How Big Data Causes Big Problems for the WAN

The real-time analysis of large amounts of data, that is “big data”, brings competitive advantages to most companies, such as detailed insights into the wishes and purchasing behavior of customers, or up-to-date knowledge of new trends, and in real time. Companies, but also public institutions, can therefore react faster to new developments and exploit market opportunities thanks to big data.

According to a recent study by Microsoft, 75 percent of all medium-sized and large companies want to implement Big Data solutions in the next twelve months. The 62 percent of companies now have data stocks of 100 TB and more.

But Chief Information Officers (CIOs) and IT managers often overlook one of the key factors in starting Big Data initiatives: the high demands placed on transporting such large amounts of data to the underlying network infrastructure. If a company holds a large amount of data on servers and storage systems, this is not really worth it. The real benefit is to examine extensive heterogeneous information inventories from different sources and to be able to take appropriate measures on the basis of the results.

The role of the network infrastructure is insufficiently considered

One of the biggest challenges is overcoming the technical barriers associated with transporting and backing up big data over wide area (WAN) connections. But other key technologies, such as cloud computing, can not leverage their benefits when data is not delivered quickly and efficiently over WAN links. The result: Companies and organizations invest money in applications that ultimately can not reach their full potential.

The fact that IT decision makers underestimate the central role of network infrastructure in connection with big data is also proven by the Microsoft study. IT managers consider implementation of real-time analytics and data mining as the biggest challenge (62 percent) over the next two years.

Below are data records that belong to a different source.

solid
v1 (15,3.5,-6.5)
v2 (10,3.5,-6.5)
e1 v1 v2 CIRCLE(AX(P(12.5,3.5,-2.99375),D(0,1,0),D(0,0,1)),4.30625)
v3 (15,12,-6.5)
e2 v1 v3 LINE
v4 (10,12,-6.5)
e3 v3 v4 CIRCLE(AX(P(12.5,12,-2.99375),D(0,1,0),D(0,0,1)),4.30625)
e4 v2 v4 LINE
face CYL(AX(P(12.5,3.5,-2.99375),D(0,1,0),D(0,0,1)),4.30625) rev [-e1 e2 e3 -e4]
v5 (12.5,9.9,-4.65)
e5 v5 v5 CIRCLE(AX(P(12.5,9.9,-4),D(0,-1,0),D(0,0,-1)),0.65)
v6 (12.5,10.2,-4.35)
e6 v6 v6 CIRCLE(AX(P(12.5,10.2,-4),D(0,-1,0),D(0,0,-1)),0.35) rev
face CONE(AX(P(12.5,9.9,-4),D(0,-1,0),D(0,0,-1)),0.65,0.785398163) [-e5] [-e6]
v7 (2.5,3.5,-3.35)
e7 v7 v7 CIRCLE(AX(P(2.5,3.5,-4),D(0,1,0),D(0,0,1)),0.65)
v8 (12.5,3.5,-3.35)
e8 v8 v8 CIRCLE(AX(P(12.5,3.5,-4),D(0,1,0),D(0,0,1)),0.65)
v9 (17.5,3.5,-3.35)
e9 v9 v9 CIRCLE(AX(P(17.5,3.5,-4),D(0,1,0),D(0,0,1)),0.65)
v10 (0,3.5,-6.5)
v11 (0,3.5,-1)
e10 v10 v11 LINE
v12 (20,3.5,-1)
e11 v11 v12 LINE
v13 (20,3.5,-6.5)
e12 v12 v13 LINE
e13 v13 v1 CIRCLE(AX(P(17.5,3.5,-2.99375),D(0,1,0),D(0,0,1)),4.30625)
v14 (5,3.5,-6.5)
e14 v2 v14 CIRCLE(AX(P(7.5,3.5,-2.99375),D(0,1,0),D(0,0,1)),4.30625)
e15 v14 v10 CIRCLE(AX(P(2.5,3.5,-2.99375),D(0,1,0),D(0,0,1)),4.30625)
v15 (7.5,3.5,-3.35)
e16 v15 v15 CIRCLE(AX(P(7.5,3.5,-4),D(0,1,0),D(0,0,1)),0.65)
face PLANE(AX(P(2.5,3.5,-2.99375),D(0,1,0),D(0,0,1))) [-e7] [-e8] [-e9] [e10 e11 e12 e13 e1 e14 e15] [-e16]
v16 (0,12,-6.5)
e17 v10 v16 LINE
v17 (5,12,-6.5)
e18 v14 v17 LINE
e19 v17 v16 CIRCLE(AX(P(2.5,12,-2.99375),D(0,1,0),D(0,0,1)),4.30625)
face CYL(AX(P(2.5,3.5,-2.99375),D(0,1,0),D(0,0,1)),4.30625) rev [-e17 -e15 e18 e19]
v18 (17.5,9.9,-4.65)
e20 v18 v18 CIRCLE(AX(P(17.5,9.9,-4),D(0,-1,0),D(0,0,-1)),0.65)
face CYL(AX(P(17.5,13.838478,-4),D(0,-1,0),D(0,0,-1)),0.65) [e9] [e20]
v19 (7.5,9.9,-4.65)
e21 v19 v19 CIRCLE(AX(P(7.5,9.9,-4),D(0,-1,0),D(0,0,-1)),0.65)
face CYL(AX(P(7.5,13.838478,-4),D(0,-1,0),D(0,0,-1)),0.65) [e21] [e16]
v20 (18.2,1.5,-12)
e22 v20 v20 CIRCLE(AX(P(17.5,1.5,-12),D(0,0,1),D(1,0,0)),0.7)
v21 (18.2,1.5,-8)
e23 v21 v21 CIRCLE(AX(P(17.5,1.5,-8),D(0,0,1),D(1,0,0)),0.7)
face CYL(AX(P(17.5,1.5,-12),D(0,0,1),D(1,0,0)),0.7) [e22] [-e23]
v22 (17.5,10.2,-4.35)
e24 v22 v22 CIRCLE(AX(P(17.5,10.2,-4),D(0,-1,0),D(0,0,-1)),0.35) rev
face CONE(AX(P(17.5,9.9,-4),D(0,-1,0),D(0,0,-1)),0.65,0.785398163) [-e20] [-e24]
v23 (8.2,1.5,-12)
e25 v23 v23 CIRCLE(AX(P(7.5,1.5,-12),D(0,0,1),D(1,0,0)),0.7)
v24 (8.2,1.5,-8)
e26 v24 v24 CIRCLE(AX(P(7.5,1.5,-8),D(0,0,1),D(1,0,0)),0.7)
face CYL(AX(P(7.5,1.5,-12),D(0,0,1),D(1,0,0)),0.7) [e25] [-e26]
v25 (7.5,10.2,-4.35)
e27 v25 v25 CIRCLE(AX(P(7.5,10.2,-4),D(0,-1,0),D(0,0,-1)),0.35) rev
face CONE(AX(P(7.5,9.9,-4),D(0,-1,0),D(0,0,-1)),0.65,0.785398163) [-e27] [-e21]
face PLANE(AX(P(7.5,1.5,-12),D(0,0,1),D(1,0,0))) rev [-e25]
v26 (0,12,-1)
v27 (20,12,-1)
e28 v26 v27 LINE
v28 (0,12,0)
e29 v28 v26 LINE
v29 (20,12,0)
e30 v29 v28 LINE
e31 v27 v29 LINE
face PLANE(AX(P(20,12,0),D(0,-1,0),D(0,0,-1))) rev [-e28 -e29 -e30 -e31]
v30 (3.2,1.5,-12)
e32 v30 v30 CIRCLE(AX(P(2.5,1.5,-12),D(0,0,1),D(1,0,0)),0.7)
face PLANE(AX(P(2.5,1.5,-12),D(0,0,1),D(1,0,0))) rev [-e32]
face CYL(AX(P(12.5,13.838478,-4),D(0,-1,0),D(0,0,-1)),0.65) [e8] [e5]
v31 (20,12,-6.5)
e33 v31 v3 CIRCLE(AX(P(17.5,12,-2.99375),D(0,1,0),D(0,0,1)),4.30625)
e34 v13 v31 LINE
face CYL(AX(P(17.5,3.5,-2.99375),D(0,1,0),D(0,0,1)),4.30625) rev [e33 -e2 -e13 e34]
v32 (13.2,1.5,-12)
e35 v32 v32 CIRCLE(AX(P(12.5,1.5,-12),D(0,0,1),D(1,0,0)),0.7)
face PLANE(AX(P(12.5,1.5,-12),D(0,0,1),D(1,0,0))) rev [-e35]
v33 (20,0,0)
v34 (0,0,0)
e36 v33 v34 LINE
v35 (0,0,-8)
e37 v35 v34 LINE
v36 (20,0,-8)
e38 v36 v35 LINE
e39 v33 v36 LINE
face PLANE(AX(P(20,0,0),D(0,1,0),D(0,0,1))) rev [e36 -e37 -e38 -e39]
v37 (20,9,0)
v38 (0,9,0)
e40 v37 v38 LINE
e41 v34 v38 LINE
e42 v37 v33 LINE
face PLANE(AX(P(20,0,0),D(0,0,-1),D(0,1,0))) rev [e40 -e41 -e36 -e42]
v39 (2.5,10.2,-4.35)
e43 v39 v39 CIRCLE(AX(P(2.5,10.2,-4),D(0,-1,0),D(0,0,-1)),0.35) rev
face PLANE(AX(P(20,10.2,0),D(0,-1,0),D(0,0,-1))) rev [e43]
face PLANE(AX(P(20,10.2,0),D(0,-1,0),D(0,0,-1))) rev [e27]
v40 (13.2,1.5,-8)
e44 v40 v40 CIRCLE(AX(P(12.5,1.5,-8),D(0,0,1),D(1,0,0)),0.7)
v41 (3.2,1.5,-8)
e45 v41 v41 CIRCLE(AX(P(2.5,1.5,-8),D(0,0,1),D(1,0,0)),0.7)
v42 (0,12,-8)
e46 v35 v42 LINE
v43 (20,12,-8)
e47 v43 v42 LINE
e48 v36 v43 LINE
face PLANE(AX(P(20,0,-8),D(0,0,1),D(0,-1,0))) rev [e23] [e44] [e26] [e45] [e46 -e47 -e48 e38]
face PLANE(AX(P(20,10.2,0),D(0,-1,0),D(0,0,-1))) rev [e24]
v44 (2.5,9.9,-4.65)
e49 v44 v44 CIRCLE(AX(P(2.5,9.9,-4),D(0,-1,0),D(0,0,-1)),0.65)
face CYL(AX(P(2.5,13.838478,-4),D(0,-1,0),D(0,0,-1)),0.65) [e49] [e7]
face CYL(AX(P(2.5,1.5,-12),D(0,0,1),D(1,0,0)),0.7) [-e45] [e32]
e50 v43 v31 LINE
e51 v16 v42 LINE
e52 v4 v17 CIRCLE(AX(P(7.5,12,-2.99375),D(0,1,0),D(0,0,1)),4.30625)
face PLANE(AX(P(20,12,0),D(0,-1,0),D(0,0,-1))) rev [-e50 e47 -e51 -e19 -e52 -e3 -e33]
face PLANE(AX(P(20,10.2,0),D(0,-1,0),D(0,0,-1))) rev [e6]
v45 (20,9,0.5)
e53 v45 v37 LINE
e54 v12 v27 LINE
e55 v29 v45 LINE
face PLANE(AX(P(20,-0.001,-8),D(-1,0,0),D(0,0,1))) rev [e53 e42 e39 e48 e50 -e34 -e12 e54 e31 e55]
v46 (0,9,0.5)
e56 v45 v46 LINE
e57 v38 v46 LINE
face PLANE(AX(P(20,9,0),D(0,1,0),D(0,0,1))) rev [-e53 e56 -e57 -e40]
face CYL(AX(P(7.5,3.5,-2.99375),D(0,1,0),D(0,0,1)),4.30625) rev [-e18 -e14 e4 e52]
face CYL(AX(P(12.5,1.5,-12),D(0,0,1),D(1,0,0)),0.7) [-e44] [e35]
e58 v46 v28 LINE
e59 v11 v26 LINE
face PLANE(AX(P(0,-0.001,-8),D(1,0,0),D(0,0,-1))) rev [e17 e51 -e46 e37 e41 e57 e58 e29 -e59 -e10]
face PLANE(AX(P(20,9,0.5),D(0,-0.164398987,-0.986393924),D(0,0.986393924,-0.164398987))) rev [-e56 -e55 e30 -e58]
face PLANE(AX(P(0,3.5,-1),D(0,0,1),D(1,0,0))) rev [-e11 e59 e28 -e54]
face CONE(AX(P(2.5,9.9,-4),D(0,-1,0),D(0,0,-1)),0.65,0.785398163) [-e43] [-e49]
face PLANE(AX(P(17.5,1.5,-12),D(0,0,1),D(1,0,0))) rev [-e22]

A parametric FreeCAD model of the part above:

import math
import FreeCAD as App
import Part
import Sketcher


def edges_at(feature, points):
    """Names of the edges that pass closest to the given points."""
    edges = feature.Shape.Edges
    near = lambda p: min(range(len(edges)), key=lambda i: edges[i].distToShape(Part.Vertex(*p))[0])
    return sorted({f"Edge{near(p) + 1}" for p in points})

doc = App.newDocument("Part")
body = doc.addObject("PartDesign::Body", "Body")

# Sketch on YZ plane
sketch1 = body.newObject("Sketcher::SketchObject", "Sketch")
sketch1.AttachmentSupport = (doc.getObject("YZ_Plane"), [""])
sketch1.MapMode = "FlatFace"
sketch1.addGeometry([
    Part.LineSegment(App.Vector(9, 0.5, 0), App.Vector(9, 0, 0)),  # 0
    Part.LineSegment(App.Vector(9, 0, 0), App.Vector(0, 0, 0)),  # 1
    Part.LineSegment(App.Vector(0, 0, 0), App.Vector(0, -8, 0)),  # 2
    Part.LineSegment(App.Vector(0, -8, 0), App.Vector(12, -8, 0)),  # 3
    Part.LineSegment(App.Vector(12, -8, 0), App.Vector(12, 0, 0)),  # 4
    Part.LineSegment(App.Vector(12, 0, 0), App.Vector(9, 0.5, 0)),  # 5
], False)
sketch1.addConstraint([
    Sketcher.Constraint("Coincident", 0, 2, 1, 1),
    Sketcher.Constraint("Coincident", 1, 2, 2, 1),
    Sketcher.Constraint("Coincident", 2, 2, 3, 1),
    Sketcher.Constraint("Coincident", 3, 2, 4, 1),
    Sketcher.Constraint("Coincident", 4, 2, 5, 1),
    Sketcher.Constraint("Coincident", 5, 2, 0, 1),
    Sketcher.Constraint("Vertical", 0),
    Sketcher.Constraint("Horizontal", 1),
    Sketcher.Constraint("Vertical", 2),
    Sketcher.Constraint("Horizontal", 3),
    Sketcher.Constraint("Vertical", 4),
    Sketcher.Constraint("Coincident", 1, 2, -1, 1),
    Sketcher.Constraint("PointOnObject", 4, 2, -1),
    Sketcher.Constraint("DistanceX", 1, 2, 1, 1, 9.0),
    Sketcher.Constraint("DistanceX", 3, 1, 3, 2, 12.0),
    Sketcher.Constraint("DistanceY", 2, 2, 2, 1, 8.0),
    Sketcher.Constraint("DistanceY", 0, 2, 0, 1, 0.5),
])
pad1 = body.newObject("PartDesign::Pad", "Pad")
pad1.Profile = sketch1
pad1.Length = 20

# Sketch on XY plane
sketch2 = body.newObject("Sketcher::SketchObject", "Sketch001")
sketch2.AttachmentSupport = (doc.getObject("XY_Plane"), [""])
sketch2.MapMode = "FlatFace"
sketch2.AttachmentOffset = App.Placement(App.Vector(0, 0, -8), App.Rotation())
sketch2.addGeometry(Part.Circle(App.Vector(2.5, 1.5, 0), App.Vector(0, 0, 1), 0.7), False)
sketch2.addConstraint([
    Sketcher.Constraint("Diameter", 0, 1.4),
    Sketcher.Constraint("DistanceX", -1, 1, 0, 3, 2.5),
    Sketcher.Constraint("DistanceY", -1, 1, 0, 3, 1.5),
])
pad2 = body.newObject("PartDesign::Pad", "Pad001")
pad2.Profile = sketch2
pad2.Length = 4
pad2.Reversed = True

# Sketch on XZ plane
sketch3 = body.newObject("Sketcher::SketchObject", "Sketch002")
sketch3.AttachmentSupport = (doc.getObject("XZ_Plane"), [""])
sketch3.MapMode = "FlatFace"
sketch3.AttachmentOffset = App.Placement(App.Vector(0, 0, -12), App.Rotation())
sketch3.addGeometry([
    Part.LineSegment(App.Vector(0, -6.5, 0), App.Vector(0, -1, 0)),
    Part.LineSegment(App.Vector(0, -1, 0), App.Vector(5, -1, 0)),
    Part.LineSegment(App.Vector(5, -1, 0), App.Vector(5, -6.5, 0)),
    Part.ArcOfCircle(Part.Circle(App.Vector(2.5, -3, 0), App.Vector(0, 0, 1), 4.3), math.radians(-125), math.radians(-55)),
], False)
sketch3.addConstraint([
    Sketcher.Constraint("Coincident", 0, 2, 1, 1),
    Sketcher.Constraint("Coincident", 1, 2, 2, 1),
    Sketcher.Constraint("Coincident", 2, 2, 3, 2),
    Sketcher.Constraint("Coincident", 3, 1, 0, 1),
    Sketcher.Constraint("Vertical", 0),
    Sketcher.Constraint("Horizontal", 1),
    Sketcher.Constraint("Vertical", 2),
    Sketcher.Constraint("PointOnObject", 0, 2, -2),
    Sketcher.Constraint("Horizontal", 2, 2, 3, 1),
    Sketcher.Constraint("DistanceX", 1, 1, 1, 2, 5.0),
    Sketcher.Constraint("DistanceY", 0, 1, 0, 2, 5.5),
    Sketcher.Constraint("DistanceY", 0, 2, -1, 1, 1.0),
    Sketcher.Constraint("Radius", 3, 4.30625),
])
pocket1 = body.newObject("PartDesign::Pocket", "Pocket")
pocket1.Profile = sketch3
pocket1.Length = 8.5
pocket1.Reversed = True

# Sketch on XZ plane
sketch4 = body.newObject("Sketcher::SketchObject", "Sketch003")
sketch4.AttachmentSupport = (doc.getObject("XZ_Plane"), [""])
sketch4.MapMode = "FlatFace"
sketch4.AttachmentOffset = App.Placement(App.Vector(0, 0, -3.5), App.Rotation())
sketch4.addGeometry(Part.Circle(App.Vector(2.5, -4, 0), App.Vector(0, 0, 1), 0.7), False)
sketch4.addConstraint([
    Sketcher.Constraint("Diameter", 0, 1.3),
    Sketcher.Constraint("DistanceY", 0, 3, -1, 1, 4.0),
    Sketcher.Constraint("DistanceX", -1, 1, 0, 3, 2.5),
])
pad3 = body.newObject("PartDesign::Pad", "Pad002")
pad3.Profile = sketch4
pad3.Length = 6.7
pad3.Reversed = True
doc.recompute()

chamfer = body.newObject("PartDesign::Chamfer", "Chamfer")
chamfer.Base = (pad3, edges_at(pad3, [(2.5, 10.2, -3.35)]))
chamfer.Size = 0.3
doc.recompute()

For 58 percent, the expansion of storage infrastructure is a high priority, and 53 percent see solutions as important to evaluate unstructured data. How these data should reach the data centers where they are analyzed, and what that means for LANs and wide area networks, obviously plays a less important role for the surveyed IT professionals.

WAN links become a bottleneck

However, as companies leverage cloud computing offerings or make big data analytics, they realize that the existing WAN links are inadequate. These are simply no match for the growing demands and are becoming a bottleneck.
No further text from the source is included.